Big Ideas Shrink When All We Talk About Is Which Candidate Has Big Bucks

Thursday, May 31, 2018

News coverage of the candidates for governor this year seems fixated on campaign cash: how much Republican incumbent Charlie Baker has and how little the candidates in the Democratic primary, Jay Gonzalez and Robert Massie, have.

Yesterday, for example, The Boston Globe reported that Baker is sitting on a campaign account of more than $8 million and that Democrats Jay Gonzalez and Robert Massie have, combined, only $132,000.
Until after the Sept. 4 primary, and until the winner of the primary raises many millions of dollars, we are not likely to hear a whole lot about what Gonzalez and Massie stand for or what they want to do as governor.

That’s too bad.  Each Democrat is peddling some audacious ideas.
To ease the struggles of persons with addictions, Gonzalez, for example, wants to require health insurers to cover the cost of medical marijuana.  And, to reduce deaths by overdose, he wants the state to allow safe injection sites.

To combat climate change, Massie wants to block all investment in new fossil fuel infrastructure of any kind, such as gas pipelines and power generating facilities that burn oil and/or gas.
I, personally, don’t support safe injection sites or a freeze on new fossil fuel infrastructure. I think medical marijuana as a reimbursable treatment for addictions may have merit but should be approached with caution because of what it could do to exacerbate the already high cost of health coverage.

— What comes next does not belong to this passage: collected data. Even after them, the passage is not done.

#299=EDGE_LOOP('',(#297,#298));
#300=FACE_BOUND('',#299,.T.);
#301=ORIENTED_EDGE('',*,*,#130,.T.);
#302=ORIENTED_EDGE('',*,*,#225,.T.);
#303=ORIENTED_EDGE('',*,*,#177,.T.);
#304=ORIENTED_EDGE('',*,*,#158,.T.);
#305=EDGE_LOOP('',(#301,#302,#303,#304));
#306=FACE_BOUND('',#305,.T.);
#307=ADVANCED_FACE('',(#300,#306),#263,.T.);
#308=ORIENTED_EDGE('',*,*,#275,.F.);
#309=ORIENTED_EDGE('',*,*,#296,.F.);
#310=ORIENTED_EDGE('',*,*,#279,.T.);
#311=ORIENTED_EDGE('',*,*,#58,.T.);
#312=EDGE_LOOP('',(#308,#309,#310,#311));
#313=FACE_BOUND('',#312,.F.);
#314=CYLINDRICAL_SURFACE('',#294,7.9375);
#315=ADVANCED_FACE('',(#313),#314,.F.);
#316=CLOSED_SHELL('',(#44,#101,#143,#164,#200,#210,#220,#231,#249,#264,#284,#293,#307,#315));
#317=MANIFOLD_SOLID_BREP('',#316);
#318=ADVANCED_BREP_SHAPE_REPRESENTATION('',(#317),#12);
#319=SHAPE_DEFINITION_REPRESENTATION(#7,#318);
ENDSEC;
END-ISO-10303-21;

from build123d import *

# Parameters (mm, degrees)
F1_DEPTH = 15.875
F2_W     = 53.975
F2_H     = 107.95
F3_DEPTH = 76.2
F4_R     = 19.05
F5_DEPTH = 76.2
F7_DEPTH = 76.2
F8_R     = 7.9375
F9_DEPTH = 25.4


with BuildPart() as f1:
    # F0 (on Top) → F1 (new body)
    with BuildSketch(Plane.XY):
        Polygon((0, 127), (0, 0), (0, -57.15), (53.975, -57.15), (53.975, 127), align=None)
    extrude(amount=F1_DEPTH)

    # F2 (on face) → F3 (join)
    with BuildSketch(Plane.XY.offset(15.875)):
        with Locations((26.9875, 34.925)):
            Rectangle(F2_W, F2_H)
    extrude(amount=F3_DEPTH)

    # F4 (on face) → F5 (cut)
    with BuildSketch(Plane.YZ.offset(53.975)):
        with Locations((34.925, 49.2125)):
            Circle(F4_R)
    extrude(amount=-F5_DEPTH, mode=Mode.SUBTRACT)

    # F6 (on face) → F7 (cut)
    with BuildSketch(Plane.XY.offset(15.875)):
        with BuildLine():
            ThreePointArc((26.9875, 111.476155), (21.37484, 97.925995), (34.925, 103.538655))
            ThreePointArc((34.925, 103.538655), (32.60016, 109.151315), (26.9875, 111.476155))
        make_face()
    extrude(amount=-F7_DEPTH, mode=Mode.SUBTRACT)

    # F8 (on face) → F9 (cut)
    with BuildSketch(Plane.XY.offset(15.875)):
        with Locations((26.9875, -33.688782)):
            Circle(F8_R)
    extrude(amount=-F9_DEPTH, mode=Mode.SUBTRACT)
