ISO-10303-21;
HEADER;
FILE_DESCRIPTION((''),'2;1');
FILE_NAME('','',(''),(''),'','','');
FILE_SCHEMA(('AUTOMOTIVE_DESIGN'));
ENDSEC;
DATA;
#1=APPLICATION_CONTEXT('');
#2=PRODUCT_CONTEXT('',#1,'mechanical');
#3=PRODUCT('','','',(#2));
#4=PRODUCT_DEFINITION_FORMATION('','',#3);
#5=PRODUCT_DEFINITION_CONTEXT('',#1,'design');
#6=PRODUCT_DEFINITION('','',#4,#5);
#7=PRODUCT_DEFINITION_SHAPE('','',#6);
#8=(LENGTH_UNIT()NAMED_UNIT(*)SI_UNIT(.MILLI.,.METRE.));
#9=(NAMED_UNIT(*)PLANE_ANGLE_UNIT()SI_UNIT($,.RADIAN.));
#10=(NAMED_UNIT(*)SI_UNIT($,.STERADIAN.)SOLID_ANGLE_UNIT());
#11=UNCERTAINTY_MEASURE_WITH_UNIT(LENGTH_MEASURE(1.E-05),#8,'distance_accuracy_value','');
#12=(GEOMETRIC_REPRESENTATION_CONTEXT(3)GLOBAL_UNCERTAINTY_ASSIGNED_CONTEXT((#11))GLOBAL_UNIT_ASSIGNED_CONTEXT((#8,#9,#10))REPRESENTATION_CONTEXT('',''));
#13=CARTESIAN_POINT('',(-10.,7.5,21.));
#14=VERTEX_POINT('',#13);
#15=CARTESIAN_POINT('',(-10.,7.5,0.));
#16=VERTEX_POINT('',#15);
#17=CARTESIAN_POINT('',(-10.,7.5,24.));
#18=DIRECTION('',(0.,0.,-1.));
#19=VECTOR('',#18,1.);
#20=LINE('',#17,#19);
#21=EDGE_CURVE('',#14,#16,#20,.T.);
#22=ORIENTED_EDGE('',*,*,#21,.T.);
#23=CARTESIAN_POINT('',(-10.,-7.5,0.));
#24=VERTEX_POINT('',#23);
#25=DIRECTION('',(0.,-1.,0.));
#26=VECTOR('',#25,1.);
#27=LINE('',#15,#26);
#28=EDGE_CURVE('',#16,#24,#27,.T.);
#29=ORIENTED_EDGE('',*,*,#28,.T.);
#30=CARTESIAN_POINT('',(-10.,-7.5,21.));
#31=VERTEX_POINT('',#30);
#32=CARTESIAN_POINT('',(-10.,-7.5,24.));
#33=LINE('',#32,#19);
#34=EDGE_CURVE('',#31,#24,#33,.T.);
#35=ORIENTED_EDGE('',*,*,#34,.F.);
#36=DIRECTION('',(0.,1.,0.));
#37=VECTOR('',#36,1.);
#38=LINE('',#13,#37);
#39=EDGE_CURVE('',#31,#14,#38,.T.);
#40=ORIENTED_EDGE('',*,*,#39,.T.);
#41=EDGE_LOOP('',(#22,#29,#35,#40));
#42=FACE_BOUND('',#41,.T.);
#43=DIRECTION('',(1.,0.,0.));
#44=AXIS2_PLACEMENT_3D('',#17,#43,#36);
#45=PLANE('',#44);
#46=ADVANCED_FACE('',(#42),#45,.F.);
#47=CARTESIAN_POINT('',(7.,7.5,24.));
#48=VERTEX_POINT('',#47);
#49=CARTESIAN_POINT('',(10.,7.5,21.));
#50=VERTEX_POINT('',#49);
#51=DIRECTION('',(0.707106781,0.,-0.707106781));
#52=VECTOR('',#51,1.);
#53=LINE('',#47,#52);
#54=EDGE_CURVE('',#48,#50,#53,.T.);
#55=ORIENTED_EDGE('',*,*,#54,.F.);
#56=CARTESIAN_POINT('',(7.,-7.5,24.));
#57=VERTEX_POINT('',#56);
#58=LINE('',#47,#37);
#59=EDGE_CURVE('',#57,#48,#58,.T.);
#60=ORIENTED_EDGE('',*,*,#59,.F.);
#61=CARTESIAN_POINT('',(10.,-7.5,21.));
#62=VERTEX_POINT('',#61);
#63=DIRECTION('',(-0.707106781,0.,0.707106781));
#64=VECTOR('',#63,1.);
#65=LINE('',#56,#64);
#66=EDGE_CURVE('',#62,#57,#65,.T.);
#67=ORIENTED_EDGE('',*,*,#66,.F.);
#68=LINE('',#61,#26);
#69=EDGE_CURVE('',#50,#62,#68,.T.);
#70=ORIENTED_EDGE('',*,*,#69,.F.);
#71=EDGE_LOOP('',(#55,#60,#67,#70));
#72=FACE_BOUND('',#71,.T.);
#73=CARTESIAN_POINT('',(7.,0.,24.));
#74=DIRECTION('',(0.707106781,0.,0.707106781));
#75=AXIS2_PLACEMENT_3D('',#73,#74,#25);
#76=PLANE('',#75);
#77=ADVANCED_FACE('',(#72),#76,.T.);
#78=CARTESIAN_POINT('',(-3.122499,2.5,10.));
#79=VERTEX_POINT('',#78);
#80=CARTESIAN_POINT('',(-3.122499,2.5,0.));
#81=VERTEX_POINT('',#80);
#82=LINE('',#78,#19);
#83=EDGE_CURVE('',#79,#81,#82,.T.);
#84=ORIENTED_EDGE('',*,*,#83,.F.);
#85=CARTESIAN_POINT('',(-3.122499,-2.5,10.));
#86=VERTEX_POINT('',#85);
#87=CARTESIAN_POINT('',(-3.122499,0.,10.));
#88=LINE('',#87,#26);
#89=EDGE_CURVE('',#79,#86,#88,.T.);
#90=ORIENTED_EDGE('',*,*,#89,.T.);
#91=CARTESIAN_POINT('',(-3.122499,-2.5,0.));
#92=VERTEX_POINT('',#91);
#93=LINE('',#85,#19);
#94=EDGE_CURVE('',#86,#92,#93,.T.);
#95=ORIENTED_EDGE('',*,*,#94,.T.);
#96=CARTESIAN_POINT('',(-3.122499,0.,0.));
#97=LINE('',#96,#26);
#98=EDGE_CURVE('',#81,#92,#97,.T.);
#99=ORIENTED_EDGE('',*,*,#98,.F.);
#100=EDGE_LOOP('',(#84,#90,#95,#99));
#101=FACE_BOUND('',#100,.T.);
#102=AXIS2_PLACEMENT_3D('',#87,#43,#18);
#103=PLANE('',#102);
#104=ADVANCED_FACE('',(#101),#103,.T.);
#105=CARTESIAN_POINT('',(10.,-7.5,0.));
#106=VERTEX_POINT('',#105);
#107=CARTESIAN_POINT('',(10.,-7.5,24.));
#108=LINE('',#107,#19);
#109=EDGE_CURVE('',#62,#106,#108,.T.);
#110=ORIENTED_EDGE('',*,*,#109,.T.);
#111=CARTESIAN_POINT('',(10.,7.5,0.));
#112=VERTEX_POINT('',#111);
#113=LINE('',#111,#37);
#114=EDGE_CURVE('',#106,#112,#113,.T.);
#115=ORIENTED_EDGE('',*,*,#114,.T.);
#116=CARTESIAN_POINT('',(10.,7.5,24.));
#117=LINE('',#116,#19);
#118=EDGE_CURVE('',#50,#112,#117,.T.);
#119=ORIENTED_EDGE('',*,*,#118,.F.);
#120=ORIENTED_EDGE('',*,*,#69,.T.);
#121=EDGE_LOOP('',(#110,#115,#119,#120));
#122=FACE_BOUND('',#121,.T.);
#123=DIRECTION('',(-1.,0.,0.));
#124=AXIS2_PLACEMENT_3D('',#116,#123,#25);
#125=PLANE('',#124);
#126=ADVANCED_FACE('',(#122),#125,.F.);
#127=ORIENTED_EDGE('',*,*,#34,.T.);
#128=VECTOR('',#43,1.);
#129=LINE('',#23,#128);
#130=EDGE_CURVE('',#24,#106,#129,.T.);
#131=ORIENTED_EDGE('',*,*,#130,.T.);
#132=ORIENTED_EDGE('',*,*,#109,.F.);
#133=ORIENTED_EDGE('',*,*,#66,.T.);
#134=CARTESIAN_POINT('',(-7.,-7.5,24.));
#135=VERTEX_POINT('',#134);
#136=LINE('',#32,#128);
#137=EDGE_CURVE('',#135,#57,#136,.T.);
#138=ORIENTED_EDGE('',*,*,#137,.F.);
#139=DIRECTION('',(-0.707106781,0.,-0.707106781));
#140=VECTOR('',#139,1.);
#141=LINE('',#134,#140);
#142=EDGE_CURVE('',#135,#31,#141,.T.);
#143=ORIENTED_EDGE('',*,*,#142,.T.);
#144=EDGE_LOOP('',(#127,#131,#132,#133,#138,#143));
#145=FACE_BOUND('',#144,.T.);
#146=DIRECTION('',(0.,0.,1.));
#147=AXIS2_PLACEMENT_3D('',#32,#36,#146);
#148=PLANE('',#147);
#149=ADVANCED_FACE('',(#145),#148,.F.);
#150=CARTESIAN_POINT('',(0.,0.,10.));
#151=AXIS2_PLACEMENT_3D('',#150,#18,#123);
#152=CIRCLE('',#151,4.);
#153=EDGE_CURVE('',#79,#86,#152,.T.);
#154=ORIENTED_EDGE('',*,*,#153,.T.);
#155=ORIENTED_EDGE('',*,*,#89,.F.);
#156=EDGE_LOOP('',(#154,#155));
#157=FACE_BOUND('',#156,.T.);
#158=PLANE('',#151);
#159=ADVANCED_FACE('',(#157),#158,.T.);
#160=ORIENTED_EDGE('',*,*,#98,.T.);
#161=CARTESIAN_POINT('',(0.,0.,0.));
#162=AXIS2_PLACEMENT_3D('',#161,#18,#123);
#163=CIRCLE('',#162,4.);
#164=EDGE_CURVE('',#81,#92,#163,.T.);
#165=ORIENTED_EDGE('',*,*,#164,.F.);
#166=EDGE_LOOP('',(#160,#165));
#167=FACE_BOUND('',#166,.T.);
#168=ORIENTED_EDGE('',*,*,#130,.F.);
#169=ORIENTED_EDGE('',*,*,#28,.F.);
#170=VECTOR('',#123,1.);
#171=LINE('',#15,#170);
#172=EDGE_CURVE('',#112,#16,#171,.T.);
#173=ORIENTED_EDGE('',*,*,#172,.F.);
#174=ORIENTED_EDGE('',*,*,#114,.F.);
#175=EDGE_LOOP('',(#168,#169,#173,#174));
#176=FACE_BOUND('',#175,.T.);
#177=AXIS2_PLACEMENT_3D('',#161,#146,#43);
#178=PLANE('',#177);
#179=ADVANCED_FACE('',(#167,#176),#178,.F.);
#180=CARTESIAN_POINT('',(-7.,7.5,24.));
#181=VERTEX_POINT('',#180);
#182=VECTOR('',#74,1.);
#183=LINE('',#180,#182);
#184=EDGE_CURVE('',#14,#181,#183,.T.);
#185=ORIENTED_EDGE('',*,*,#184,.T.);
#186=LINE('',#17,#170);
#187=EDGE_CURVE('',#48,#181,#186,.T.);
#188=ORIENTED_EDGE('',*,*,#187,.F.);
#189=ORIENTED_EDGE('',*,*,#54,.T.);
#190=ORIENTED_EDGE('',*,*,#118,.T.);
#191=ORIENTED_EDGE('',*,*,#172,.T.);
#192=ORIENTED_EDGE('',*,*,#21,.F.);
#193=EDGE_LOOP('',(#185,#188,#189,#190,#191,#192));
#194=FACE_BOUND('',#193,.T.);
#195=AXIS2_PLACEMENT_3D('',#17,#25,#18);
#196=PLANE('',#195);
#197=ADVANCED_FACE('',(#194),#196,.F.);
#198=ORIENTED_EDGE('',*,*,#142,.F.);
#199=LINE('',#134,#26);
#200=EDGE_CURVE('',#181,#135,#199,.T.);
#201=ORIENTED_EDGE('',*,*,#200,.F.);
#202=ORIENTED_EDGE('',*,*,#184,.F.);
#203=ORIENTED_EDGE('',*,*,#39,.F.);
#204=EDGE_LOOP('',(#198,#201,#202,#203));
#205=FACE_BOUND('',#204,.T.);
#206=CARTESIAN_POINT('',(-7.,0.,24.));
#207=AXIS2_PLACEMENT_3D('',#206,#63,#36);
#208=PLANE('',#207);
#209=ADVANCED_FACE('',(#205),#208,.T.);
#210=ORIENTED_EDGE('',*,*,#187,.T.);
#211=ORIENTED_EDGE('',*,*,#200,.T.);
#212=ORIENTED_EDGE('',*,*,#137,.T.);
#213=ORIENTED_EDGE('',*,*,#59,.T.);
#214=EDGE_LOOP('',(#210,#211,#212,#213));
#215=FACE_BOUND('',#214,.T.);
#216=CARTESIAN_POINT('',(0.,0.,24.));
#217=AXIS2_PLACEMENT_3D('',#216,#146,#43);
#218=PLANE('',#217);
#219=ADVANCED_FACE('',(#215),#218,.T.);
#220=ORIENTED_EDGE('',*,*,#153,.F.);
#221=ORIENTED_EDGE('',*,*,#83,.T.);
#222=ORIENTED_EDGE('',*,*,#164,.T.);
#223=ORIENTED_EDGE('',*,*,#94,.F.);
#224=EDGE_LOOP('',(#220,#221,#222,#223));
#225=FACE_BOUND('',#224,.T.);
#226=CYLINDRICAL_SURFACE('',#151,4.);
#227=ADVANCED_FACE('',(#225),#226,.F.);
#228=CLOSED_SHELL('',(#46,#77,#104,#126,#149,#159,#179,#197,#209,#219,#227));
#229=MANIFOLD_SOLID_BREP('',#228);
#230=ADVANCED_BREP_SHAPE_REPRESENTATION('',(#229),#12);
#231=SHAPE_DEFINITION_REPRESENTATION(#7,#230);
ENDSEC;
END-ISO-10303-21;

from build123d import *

# Parameters (mm, degrees)
SKETCH1_W           = 20
SKETCH1_H           = 15
BOSS_EXTRUDE1_DEPTH = 24
CHAMFER2_SIZE       = 3
CHAMFER3_SIZE       = 3
CUT_EXTRUDE1_DEPTH  = 10


with BuildPart() as part:
    # Sketch1 → Boss-Extrude1 (new body)
    with BuildSketch(Plane.XY):
        Rectangle(SKETCH1_W, SKETCH1_H)
    extrude(amount=BOSS_EXTRUDE1_DEPTH)

    # Chamfer2
    chamfer2_edges = [part.edges().sort_by_distance(p)[0] for p in [
        (10, 0, 24),
    ]]
    chamfer(chamfer2_edges, length=CHAMFER2_SIZE)

    # Chamfer3
    chamfer3_edges = [part.edges().sort_by_distance(p)[0] for p in [
        (-10, 0, 24),
    ]]
    chamfer(chamfer3_edges, length=CHAMFER3_SIZE)

    # Sketch3 → Cut-Extrude1 (cut)
    with BuildSketch(Plane(origin=(0, 0, 0), x_dir=(-1, 0, 0), z_dir=(0, 0, -1))):
        with BuildLine():
            Line((3.122498999, 2.5), (3.122498999, -2.5))
            ThreePointArc((3.122498999, -2.5), (-4, 0), (3.122498999, 2.5))
        make_face()
    extrude(amount=-CUT_EXTRUDE1_DEPTH, mode=Mode.SUBTRACT)


solid = part.part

Nevertheless, the media should give Gonzalez and Massie all the space and air they need to make their cases.  Too much coverage of the political horse race they don’t have the money to run makes for a less exciting, less meaningful election.
At this point in the calendar, we already know that safe injection sites are an idea whose time has not come in Massachusetts.  The legislature’s Joint Committee on Mental Health and Substance Abuse decided on May 3 to send Senate Bill 1081, An Act to Authorize Public Health Workers to Pursue New Measures to Reduce Harm and Stigma for People Affected by Substance Use Disorder, “to study,” legislature-speak for waste basket.  SB 1081 proposed to create safe spaces for drug users to take pre-obtained drugs under the supervision of health care professionals.

I’m probably missing something therapeutically valid or significant here but how does a safe injection site for morphine addicts do anything ultimately beyond ensuring the continuation of an addiction?  When SB 1081 was heard on Aug. 24, 2017, at least one witness, Ronald Hill, who described himself, according to the State House News Service, as a recovering addict, made this point better than I can. 
“If I’m high, you ain’t going to tell me about no treatment,” Hill told the members of the Committee on Mental Health and Substance Abuse.  “When I hear about treatment is when I got no money and I’m desperate.  But when I’m high, you can talk to me all day long.  I don’t hear you.”

Moving to medical marijuana as a component of addiction therapy, please consider the following from the web site of the National Institute on Drug Abuse (NIDA), whose mission is to “advance addiction science.”  NIDA reports that it funded two studies exploring the relationship between marijuana legalization and adverse outcomes associated with prescription opioids. 
“The first study,” it said, “found an association between medical marijuana legalization and a reduction in overdose deaths from opioid pain relievers; an effect strengthened in each year following the implementation of legislation.”

The second study “was a more detailed analysis by the RAND Corporation that showed legally protected access to medical marijuana dispensaries is associated with lower levels of opioid prescribing, lower self-report of nonmedical prescription opioid use, lower treatment admissions for prescription opioid use disorders, and reduction in prescription opioid overdose deaths.”
Gonzalez could be onto something.  If he has the stuff to fight the uphill battle for a new insurance mandate, let him at it.